[Start of Attachment]
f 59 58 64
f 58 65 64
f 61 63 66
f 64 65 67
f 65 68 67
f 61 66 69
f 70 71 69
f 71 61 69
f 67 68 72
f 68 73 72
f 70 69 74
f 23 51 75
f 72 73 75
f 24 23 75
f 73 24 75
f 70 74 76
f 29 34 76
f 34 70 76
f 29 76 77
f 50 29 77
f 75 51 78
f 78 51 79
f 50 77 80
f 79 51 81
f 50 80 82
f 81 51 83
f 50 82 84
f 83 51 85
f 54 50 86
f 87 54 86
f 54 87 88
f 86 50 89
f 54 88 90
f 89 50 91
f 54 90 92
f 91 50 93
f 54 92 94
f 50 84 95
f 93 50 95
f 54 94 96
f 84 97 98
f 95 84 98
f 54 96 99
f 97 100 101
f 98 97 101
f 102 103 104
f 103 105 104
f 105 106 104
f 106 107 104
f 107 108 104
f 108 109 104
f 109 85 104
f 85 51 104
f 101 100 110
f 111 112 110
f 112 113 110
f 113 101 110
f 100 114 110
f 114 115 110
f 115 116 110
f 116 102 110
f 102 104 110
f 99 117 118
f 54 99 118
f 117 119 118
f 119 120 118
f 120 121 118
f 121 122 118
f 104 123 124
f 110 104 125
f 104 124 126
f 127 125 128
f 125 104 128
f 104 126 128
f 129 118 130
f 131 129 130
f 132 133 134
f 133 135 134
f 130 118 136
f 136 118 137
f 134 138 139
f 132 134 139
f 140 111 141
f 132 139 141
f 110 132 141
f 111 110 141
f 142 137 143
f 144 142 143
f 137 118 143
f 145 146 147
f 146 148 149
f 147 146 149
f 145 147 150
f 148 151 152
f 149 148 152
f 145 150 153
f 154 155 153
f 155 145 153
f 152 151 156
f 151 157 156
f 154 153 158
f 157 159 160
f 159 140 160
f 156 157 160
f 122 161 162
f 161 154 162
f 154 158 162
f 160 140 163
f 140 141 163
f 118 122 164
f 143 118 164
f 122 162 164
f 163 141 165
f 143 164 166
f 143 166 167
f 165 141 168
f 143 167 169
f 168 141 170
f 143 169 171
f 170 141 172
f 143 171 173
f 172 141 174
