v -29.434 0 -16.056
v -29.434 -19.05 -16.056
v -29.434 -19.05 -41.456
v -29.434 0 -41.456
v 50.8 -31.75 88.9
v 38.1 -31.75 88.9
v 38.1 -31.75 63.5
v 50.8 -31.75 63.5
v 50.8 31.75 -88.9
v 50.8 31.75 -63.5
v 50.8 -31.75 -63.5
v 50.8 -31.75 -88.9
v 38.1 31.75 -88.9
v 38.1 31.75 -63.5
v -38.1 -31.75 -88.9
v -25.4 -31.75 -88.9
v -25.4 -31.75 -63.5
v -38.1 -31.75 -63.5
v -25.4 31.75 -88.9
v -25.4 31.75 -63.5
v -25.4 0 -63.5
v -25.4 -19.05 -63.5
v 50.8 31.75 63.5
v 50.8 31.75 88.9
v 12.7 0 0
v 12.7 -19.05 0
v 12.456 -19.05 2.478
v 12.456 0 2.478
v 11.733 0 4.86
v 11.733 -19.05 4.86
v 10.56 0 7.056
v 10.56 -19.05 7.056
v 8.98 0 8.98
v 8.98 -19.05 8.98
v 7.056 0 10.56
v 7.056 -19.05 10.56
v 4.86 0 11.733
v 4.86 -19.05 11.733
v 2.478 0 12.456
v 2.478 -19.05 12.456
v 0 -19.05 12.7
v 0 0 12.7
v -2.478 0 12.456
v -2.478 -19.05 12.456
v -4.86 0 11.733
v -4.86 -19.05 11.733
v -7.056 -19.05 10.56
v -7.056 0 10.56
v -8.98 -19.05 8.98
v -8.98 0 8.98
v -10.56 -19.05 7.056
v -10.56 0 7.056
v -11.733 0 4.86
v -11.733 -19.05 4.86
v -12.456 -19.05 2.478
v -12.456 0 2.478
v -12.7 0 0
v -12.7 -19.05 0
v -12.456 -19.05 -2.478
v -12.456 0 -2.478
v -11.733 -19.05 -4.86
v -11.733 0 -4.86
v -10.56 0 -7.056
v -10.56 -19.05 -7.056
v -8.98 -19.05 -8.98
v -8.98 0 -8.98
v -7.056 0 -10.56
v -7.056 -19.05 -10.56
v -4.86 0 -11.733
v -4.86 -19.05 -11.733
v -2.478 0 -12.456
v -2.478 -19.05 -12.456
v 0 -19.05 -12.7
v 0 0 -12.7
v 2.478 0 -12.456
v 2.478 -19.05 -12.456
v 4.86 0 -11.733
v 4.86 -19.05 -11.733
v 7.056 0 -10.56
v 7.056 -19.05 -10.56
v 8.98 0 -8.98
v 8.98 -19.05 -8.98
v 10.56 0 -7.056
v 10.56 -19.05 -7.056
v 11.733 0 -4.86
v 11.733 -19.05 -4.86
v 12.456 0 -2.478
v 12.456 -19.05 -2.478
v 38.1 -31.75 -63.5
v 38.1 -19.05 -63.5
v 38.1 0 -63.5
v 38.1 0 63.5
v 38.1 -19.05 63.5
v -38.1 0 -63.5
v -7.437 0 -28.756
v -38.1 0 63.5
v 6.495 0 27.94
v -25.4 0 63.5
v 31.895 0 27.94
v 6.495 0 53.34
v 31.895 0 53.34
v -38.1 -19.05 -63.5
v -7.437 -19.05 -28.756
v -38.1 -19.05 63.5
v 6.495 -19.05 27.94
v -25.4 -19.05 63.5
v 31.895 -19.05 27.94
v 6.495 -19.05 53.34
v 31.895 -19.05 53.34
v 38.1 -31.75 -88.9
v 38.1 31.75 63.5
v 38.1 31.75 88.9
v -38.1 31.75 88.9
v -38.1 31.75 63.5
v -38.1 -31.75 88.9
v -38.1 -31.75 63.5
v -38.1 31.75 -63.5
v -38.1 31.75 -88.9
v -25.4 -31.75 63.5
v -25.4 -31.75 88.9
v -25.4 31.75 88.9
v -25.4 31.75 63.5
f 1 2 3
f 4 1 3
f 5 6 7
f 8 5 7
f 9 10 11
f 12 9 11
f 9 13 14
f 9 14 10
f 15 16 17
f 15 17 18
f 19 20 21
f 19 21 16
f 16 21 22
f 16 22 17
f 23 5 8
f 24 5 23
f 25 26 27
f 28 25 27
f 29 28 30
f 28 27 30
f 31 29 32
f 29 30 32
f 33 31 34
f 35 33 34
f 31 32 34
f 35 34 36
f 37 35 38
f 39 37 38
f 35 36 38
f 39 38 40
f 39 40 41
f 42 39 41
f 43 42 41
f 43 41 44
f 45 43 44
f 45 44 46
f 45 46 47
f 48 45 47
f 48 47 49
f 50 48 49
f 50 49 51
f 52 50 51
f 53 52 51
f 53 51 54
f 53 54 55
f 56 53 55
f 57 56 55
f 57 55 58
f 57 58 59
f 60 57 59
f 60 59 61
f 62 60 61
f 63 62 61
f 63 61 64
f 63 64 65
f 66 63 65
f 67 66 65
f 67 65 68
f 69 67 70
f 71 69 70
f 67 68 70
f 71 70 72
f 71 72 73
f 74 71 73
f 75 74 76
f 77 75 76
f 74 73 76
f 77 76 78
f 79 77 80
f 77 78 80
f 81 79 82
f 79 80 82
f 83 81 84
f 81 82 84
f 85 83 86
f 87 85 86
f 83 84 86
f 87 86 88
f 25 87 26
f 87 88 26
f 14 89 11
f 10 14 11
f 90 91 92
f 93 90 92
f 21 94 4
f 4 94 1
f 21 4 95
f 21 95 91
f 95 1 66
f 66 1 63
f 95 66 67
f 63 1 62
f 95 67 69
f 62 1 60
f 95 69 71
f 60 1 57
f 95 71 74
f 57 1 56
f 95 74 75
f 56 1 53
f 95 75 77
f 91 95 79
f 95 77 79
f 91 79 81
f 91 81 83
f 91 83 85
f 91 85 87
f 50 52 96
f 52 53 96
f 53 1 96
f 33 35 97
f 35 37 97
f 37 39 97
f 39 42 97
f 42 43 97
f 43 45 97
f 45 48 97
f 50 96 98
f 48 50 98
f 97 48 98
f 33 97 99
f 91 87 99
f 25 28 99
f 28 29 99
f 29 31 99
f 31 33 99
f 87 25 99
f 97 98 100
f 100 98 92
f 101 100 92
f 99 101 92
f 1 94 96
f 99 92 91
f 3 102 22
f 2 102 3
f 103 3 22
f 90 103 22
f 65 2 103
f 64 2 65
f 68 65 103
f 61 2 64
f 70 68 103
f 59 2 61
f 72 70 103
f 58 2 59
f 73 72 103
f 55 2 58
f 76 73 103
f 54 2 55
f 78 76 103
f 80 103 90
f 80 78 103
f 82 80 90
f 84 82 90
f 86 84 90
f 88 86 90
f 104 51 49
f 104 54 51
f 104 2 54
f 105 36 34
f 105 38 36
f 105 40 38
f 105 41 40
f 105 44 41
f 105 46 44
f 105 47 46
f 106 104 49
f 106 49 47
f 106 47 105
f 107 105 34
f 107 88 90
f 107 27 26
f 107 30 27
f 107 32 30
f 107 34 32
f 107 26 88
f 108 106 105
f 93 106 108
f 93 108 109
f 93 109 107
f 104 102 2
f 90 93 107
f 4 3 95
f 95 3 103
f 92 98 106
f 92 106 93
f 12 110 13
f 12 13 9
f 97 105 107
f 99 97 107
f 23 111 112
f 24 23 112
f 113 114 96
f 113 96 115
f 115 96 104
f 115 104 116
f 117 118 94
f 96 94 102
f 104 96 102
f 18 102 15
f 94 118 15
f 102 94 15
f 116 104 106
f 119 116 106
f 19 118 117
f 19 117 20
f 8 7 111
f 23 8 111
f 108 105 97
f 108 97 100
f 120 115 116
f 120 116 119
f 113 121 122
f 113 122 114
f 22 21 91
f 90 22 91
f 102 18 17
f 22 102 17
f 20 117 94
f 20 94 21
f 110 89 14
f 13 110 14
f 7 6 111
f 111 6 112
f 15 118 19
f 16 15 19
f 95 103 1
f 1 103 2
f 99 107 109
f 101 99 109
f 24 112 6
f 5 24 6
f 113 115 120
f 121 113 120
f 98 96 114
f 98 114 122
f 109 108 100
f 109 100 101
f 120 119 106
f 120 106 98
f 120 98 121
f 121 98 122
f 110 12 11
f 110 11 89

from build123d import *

# Parameters (mm, degrees)
F0_W      = 76.2
F0_H      = 127
F1_DEPTH  = 19.05
F2_W      = 25.4
F2_H      = 25.4
F3_DEPTH  = 50.8
F4_R      = 12.7
F5_DEPTH  = 50.8
F7_DEPTH  = 50.8
F9_DEPTH  = 25.4
F11_DEPTH = 25.4
F13_DEPTH = 25.4
F15_DEPTH = 12.7


with BuildPart() as f1:
    # F0 (on Front) → F1 (new body)
    with BuildSketch(Plane.XZ):
        Rectangle(F0_W, F0_H)
    extrude(amount=F1_DEPTH)

    # F2 (on face) → F3 (cut)
    with BuildSketch(Plane.XZ.offset(19.05)):
        with Locations((19.194767, 40.639999)):
            Rectangle(F2_W, F2_H)
    extrude(amount=-F3_DEPTH, mode=Mode.SUBTRACT)

    # F4 (on face) → F5 (cut)
    with BuildSketch(Plane.XZ.offset(19.05)):
        Circle(F4_R)
    extrude(amount=-F5_DEPTH, mode=Mode.SUBTRACT)

    # F6 (on face) → F7 (cut)
    with BuildSketch(Plane.XZ.offset(19.05)):
        Polygon((-7.436684, -28.755962), (-29.433729, -16.055962), (-29.433729, -41.455962), align=None)
    extrude(amount=-F7_DEPTH, mode=Mode.SUBTRACT)

    # F8 (on face) → F9 (join)
    with BuildSketch(Plane(origin=(0, 0, -63.5), x_dir=(1, 0, 0), z_dir=(0, 0, -1))):
        Polygon((-38.1, 31.75), (-38.1, 19.05), (-38.1, -31.75), (-25.4, -31.75), (-25.4, 19.05), (-25.4, 31.75), align=None)
    extrude(amount=F9_DEPTH)

    # F10 (on face) → F11 (join)
    with BuildSketch(Plane.XY.offset(63.5)):
        Polygon((-38.1, -31.75), (-25.4, -31.75), (-25.4, -19.05), (-25.4, 31.75), (-38.1, 31.75), (-38.1, -19.05), align=None)
    extrude(amount=F11_DEPTH)


with BuildPart() as f13:
    # F12 (on face) → F13 (new body)
    with BuildSketch(Plane(origin=(0, 0, -63.5), x_dir=(1, 0, 0), z_dir=(0, 0, -1))):
        Polygon((38.1, 31.75), (38.1, 19.05), (38.1, -31.75), (50.8, -31.75), (50.8, 31.75), align=None)
    extrude(amount=F13_DEPTH)


with BuildPart() as f15:
    # F14 (on face) → F15 (new body)
    with BuildSketch(Plane.YZ.offset(38.1)):
        Polygon((-31.75, 63.5), (-19.05, 63.5), (31.75, 63.5), (31.75, 88.9), (-31.75, 88.9), align=None)
    extrude(amount=F15_DEPTH)


solid = Compound([f1.part, f13.part, f15.part])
[End of Attachment]
REQUIREMENT
The lines above from the one containing "f 102 104 110" through the one containing "f 144 142 143" are to be set down exactly, and no others.

ANSWER SECTION
f 102 104 110
f 99 117 118
f 54 99 118
f 117 119 118
f 119 120 118
f 120 121 118
f 121 122 118
f 104 123 124
f 110 104 125
f 104 124 126
f 127 125 128
f 125 104 128
f 104 126 128
f 129 118 130
f 131 129 130
f 132 133 134
f 133 135 134
f 130 118 136
f 136 118 137
f 134 138 139
f 132 134 139
f 140 111 141
f 132 139 141
f 110 132 141
f 111 110 141
f 142 137 143
f 144 142 143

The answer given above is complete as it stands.